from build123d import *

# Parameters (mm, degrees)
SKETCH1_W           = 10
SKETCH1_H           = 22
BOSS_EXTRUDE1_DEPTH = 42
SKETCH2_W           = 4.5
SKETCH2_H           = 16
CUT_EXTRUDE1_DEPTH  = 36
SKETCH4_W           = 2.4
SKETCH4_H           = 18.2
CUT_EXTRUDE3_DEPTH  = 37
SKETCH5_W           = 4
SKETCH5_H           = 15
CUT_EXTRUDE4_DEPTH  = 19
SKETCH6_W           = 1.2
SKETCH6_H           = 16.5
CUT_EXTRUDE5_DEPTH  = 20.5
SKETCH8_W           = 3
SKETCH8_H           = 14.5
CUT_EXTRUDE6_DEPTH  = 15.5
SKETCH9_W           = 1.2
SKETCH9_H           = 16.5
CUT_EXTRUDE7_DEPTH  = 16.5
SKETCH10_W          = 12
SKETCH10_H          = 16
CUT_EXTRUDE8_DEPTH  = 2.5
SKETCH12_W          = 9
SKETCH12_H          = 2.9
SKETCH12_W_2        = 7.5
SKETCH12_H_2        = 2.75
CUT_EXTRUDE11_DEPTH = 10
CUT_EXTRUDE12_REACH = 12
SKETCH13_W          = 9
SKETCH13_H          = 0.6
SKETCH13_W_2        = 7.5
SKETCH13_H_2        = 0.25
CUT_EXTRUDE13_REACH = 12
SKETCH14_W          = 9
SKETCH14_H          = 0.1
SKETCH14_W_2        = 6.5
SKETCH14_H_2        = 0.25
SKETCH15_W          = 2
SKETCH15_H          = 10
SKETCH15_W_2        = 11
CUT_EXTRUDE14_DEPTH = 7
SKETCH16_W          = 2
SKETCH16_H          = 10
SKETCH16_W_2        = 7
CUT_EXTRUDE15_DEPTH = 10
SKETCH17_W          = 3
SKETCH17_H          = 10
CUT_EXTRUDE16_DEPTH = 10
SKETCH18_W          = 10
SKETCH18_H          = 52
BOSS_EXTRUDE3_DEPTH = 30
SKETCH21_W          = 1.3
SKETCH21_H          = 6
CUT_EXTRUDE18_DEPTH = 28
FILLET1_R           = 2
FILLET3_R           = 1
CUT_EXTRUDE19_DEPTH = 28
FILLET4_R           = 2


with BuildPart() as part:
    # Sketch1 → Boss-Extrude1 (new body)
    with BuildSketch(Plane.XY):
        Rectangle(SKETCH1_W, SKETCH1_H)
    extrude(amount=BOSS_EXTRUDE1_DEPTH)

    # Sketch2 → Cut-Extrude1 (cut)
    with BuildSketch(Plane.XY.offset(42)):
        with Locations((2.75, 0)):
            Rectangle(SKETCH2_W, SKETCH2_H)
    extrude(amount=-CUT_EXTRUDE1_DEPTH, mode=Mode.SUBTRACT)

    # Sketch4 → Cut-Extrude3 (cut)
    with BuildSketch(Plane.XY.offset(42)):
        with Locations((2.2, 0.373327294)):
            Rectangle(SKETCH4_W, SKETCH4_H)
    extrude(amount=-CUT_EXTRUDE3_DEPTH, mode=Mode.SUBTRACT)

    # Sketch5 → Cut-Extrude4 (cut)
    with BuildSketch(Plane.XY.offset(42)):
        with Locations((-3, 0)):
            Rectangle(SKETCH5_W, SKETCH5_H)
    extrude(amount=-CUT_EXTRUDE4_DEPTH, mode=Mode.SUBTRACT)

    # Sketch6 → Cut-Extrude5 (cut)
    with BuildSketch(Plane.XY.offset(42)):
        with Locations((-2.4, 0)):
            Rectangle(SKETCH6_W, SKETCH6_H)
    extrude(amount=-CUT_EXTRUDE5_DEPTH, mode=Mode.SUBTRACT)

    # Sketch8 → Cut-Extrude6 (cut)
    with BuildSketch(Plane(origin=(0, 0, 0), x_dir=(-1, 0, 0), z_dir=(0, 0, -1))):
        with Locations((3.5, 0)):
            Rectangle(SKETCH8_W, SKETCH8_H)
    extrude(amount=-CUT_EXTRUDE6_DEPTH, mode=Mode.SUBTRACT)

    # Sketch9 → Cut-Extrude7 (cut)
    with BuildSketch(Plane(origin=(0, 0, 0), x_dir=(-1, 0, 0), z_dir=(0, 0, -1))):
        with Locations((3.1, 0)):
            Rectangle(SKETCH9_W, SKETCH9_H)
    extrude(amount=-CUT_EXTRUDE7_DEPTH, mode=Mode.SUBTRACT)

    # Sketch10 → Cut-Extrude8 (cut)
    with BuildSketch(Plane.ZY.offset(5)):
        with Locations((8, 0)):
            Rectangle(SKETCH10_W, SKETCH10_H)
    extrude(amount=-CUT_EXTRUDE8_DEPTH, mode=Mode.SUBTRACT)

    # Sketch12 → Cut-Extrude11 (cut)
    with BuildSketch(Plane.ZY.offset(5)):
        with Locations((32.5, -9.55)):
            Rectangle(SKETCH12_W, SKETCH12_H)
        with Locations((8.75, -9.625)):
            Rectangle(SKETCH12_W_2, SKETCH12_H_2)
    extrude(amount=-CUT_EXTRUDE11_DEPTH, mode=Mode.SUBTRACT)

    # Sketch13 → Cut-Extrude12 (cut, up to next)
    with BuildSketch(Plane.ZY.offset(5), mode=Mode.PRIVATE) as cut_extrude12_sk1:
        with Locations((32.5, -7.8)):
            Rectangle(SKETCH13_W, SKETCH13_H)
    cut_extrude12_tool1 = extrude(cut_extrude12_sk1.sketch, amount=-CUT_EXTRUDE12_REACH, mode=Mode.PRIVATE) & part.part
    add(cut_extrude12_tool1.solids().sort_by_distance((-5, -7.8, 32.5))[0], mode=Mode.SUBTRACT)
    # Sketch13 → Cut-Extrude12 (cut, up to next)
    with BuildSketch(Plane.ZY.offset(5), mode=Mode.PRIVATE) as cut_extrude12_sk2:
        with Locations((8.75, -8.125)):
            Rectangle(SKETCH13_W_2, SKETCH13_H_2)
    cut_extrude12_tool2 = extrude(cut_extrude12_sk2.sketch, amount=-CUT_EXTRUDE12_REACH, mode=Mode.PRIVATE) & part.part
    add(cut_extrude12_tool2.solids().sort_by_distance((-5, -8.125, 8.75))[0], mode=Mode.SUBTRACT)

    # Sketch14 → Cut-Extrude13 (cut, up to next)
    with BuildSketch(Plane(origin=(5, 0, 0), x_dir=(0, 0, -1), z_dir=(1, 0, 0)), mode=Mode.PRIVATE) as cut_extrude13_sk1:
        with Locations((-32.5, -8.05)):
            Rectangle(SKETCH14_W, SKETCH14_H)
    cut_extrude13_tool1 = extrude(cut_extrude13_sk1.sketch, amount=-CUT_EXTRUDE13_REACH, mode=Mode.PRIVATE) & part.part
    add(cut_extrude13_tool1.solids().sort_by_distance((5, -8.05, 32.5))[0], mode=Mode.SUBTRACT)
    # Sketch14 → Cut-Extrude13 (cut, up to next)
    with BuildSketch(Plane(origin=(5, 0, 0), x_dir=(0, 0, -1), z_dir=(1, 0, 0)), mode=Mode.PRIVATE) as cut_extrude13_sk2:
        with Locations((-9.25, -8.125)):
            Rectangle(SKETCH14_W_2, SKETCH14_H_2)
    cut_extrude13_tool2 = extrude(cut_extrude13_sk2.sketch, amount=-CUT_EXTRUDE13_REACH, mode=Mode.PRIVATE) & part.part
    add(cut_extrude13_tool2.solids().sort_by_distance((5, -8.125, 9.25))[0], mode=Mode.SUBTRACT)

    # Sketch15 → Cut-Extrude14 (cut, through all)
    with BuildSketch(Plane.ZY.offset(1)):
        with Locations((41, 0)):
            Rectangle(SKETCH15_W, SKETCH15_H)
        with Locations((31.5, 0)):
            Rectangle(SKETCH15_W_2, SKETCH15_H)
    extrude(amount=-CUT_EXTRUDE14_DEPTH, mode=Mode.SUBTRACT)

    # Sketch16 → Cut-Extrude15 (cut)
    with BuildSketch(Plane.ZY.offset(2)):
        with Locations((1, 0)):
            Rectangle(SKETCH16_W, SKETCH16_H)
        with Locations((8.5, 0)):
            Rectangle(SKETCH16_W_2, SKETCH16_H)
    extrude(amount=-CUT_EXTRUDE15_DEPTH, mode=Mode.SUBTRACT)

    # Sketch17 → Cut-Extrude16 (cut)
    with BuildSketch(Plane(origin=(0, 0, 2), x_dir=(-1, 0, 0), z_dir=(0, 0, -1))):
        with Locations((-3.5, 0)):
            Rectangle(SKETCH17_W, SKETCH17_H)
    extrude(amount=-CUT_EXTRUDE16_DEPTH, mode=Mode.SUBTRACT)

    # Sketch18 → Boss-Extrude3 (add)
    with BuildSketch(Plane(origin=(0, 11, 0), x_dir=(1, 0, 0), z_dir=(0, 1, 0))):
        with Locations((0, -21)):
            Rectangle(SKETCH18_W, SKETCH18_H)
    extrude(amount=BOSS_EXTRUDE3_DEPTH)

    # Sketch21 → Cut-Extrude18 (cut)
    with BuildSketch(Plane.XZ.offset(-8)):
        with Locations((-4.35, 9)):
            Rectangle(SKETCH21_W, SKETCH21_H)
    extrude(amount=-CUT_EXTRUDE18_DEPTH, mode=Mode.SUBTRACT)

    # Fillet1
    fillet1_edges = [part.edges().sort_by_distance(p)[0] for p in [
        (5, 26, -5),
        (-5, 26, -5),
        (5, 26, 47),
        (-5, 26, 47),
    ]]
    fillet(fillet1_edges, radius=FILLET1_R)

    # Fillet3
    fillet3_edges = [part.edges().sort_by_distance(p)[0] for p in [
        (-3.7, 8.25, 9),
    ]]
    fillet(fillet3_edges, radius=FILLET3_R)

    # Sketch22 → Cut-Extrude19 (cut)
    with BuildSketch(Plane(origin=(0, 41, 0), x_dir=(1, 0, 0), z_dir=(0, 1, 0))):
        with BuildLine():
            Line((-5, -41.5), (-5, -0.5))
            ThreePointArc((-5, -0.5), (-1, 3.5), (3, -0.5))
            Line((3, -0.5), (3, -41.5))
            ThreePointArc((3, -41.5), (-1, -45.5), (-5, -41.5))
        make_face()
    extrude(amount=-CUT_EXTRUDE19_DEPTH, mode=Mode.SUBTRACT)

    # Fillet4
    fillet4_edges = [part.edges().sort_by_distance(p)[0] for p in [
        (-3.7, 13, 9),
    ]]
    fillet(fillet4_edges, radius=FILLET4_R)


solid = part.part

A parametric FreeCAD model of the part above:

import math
import FreeCAD as App
import Part
import Sketcher


def edges_at(feature, points):
    """Names of the edges that pass closest to the given points."""
    edges = feature.Shape.Edges
    near = lambda p: min(range(len(edges)), key=lambda i: edges[i].distToShape(Part.Vertex(*p))[0])
    return sorted({f"Edge{near(p) + 1}" for p in points})

doc = App.newDocument("Part")
body = doc.addObject("PartDesign::Body", "Body")

sketch1 = body.newObject("Sketcher::SketchObject", "Sketch")
sketch1.AttachmentSupport = (doc.getObject("XY_Plane"), [""])
sketch1.MapMode = "FlatFace"
sketch1.addGeometry(Part.LineSegment(App.Vector(-5, 11, 0), App.Vector(-5, -11, 0)), False)
sketch1.addGeometry(Part.LineSegment(App.Vector(-5, -11, 0), App.Vector(5, -11, 0)), False)
sketch1.addGeometry(Part.LineSegment(App.Vector(5, -11, 0), App.Vector(5, 11, 0)), False)
sketch1.addGeometry(Part.LineSegment(App.Vector(5, 11, 0), App.Vector(-5, 11, 0)), False)
sketch1.addConstraint(Sketcher.Constraint("Coincident", 0, 2, 1, 1))
sketch1.addConstraint(Sketcher.Constraint("Coincident", 1, 2, 2, 1))
sketch1.addConstraint(Sketcher.Constraint("Coincident", 2, 2, 3, 1))
sketch1.addConstraint(Sketcher.Constraint("Coincident", 3, 2, 0, 1))
sketch1.addConstraint(Sketcher.Constraint("Vertical", 0))
sketch1.addConstraint(Sketcher.Constraint("Horizontal", 1))
sketch1.addConstraint(Sketcher.Constraint("Vertical", 2))
sketch1.addConstraint(Sketcher.Constraint("Horizontal", 3))
sketch1.addConstraint(Sketcher.Constraint("Symmetric", 0, 2, 2, 2, -1, 1))
sketch1.addConstraint(Sketcher.Constraint("DistanceX", 1, 1, 1, 2, 10.0))
sketch1.addConstraint(Sketcher.Constraint("DistanceY", 0, 2, 0, 1, 22.0))
pad1 = body.newObject("PartDesign::Pad", "Pad")
pad1.Profile = sketch1
pad1.Length = 42

sketch2 = body.newObject("Sketcher::SketchObject", "Sketch001")
sketch2.AttachmentSupport = (doc.getObject("XY_Plane"), [""])
sketch2.MapMode = "FlatFace"
sketch2.AttachmentOffset = App.Placement(App.Vector(0, 0, 42), App.Rotation())
sketch2.addGeometry(Part.LineSegment(App.Vector(0.5, 8, 0), App.Vector(0.5, -8, 0)), False)
sketch2.addGeometry(Part.LineSegment(App.Vector(0.5, -8, 0), App.Vector(5, -8, 0)), False)
sketch2.addGeometry(Part.LineSegment(App.Vector(5, -8, 0), App.Vector(5, 8, 0)), False)
sketch2.addGeometry(Part.LineSegment(App.Vector(5, 8, 0), App.Vector(0.5, 8, 0)), False)
sketch2.addConstraint(Sketcher.Constraint("Coincident", 0, 2, 1, 1))
sketch2.addConstraint(Sketcher.Constraint("Coincident", 1, 2, 2, 1))
sketch2.addConstraint(Sketcher.Constraint("Coincident", 2, 2, 3, 1))
sketch2.addConstraint(Sketcher.Constraint("Coincident", 3, 2, 0, 1))
sketch2.addConstraint(Sketcher.Constraint("Vertical", 0))
sketch2.addConstraint(Sketcher.Constraint("Horizontal", 1))
sketch2.addConstraint(Sketcher.Constraint("Vertical", 2))
sketch2.addConstraint(Sketcher.Constraint("Horizontal", 3))
sketch2.addConstraint(Sketcher.Constraint("DistanceY", 0, 2, 0, 1, 16.0))
sketch2.addConstraint(Sketcher.Constraint("DistanceX", 1, 1, 1, 2, 4.5))
sketch2.addConstraint(Sketcher.Constraint("DistanceY", 0, 2, -1, 1, 8.0))
sketch2.addConstraint(Sketcher.Constraint("DistanceX", -1, 1, 1, 2, 5.0))
pocket1 = body.newObject("PartDesign::Pocket", "Pocket")
pocket1.Profile = sketch2
pocket1.Length = 36

sketch3 = body.newObject("Sketcher::SketchObject", "Sketch002")
sketch3.AttachmentSupport = (doc.getObject("XY_Plane"), [""])
sketch3.MapMode = "FlatFace"
sketch3.AttachmentOffset = App.Placement(App.Vector(0, 0, 42), App.Rotation())
sketch3.addGeometry(Part.LineSegment(App.Vector(1, 9.473327, 0), App.Vector(1, -8.726673, 0)), False)
sketch3.addGeometry(Part.LineSegment(App.Vector(1, -8.726673, 0), App.Vector(3.4, -8.726673, 0)), False)
sketch3.addGeometry(Part.LineSegment(App.Vector(3.4, -8.726673, 0), App.Vector(3.4, 9.473327, 0)), False)
sketch3.addGeometry(Part.LineSegment(App.Vector(3.4, 9.473327, 0), App.Vector(1, 9.473327, 0)), False)
sketch3.addConstraint(Sketcher.Constraint("Coincident", 0, 2, 1, 1))
sketch3.addConstraint(Sketcher.Constraint("Coincident", 1, 2, 2, 1))
sketch3.addConstraint(Sketcher.Constraint("Coincident", 2, 2, 3, 1))
sketch3.addConstraint(Sketcher.Constraint("Coincident", 3, 2, 0, 1))
sketch3.addConstraint(Sketcher.Constraint("Vertical", 0))
sketch3.addConstraint(Sketcher.Constraint("Horizontal", 1))
sketch3.addConstraint(Sketcher.Constraint("Vertical", 2))
sketch3.addConstraint(Sketcher.Constraint("Horizontal", 3))
sketch3.addConstraint(Sketcher.Constraint("DistanceX", 1, 1, 1, 2, 2.4))
sketch3.addConstraint(Sketcher.Constraint("DistanceY", 0, 2, 0, 1, 18.2))
sketch3.addConstraint(Sketcher.Constraint("DistanceX", -1, 1, 0, 2, 1.0))
sketch3.addConstraint(Sketcher.Constraint("DistanceY", 0, 2, -1, 1, 8.726673))
pocket2 = body.newObject("PartDesign::Pocket", "Pocket001")
pocket2.Profile = sketch3
pocket2.Length = 37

What you will do – Which lines above hold the string "solids"? Show each of them.

Completed task –
    add(cut_extrude12_tool1.solids().sort_by_distance((-5, -7.8, 32.5))[0], mode=Mode.SUBTRACT)
    add(cut_extrude12_tool2.solids().sort_by_distance((-5, -8.125, 8.75))[0], mode=Mode.SUBTRACT)
    add(cut_extrude13_tool1.solids().sort_by_distance((5, -8.05, 32.5))[0], mode=Mode.SUBTRACT)
    add(cut_extrude13_tool2.solids().sort_by_distance((5, -8.125, 9.25))[0], mode=Mode.SUBTRACT)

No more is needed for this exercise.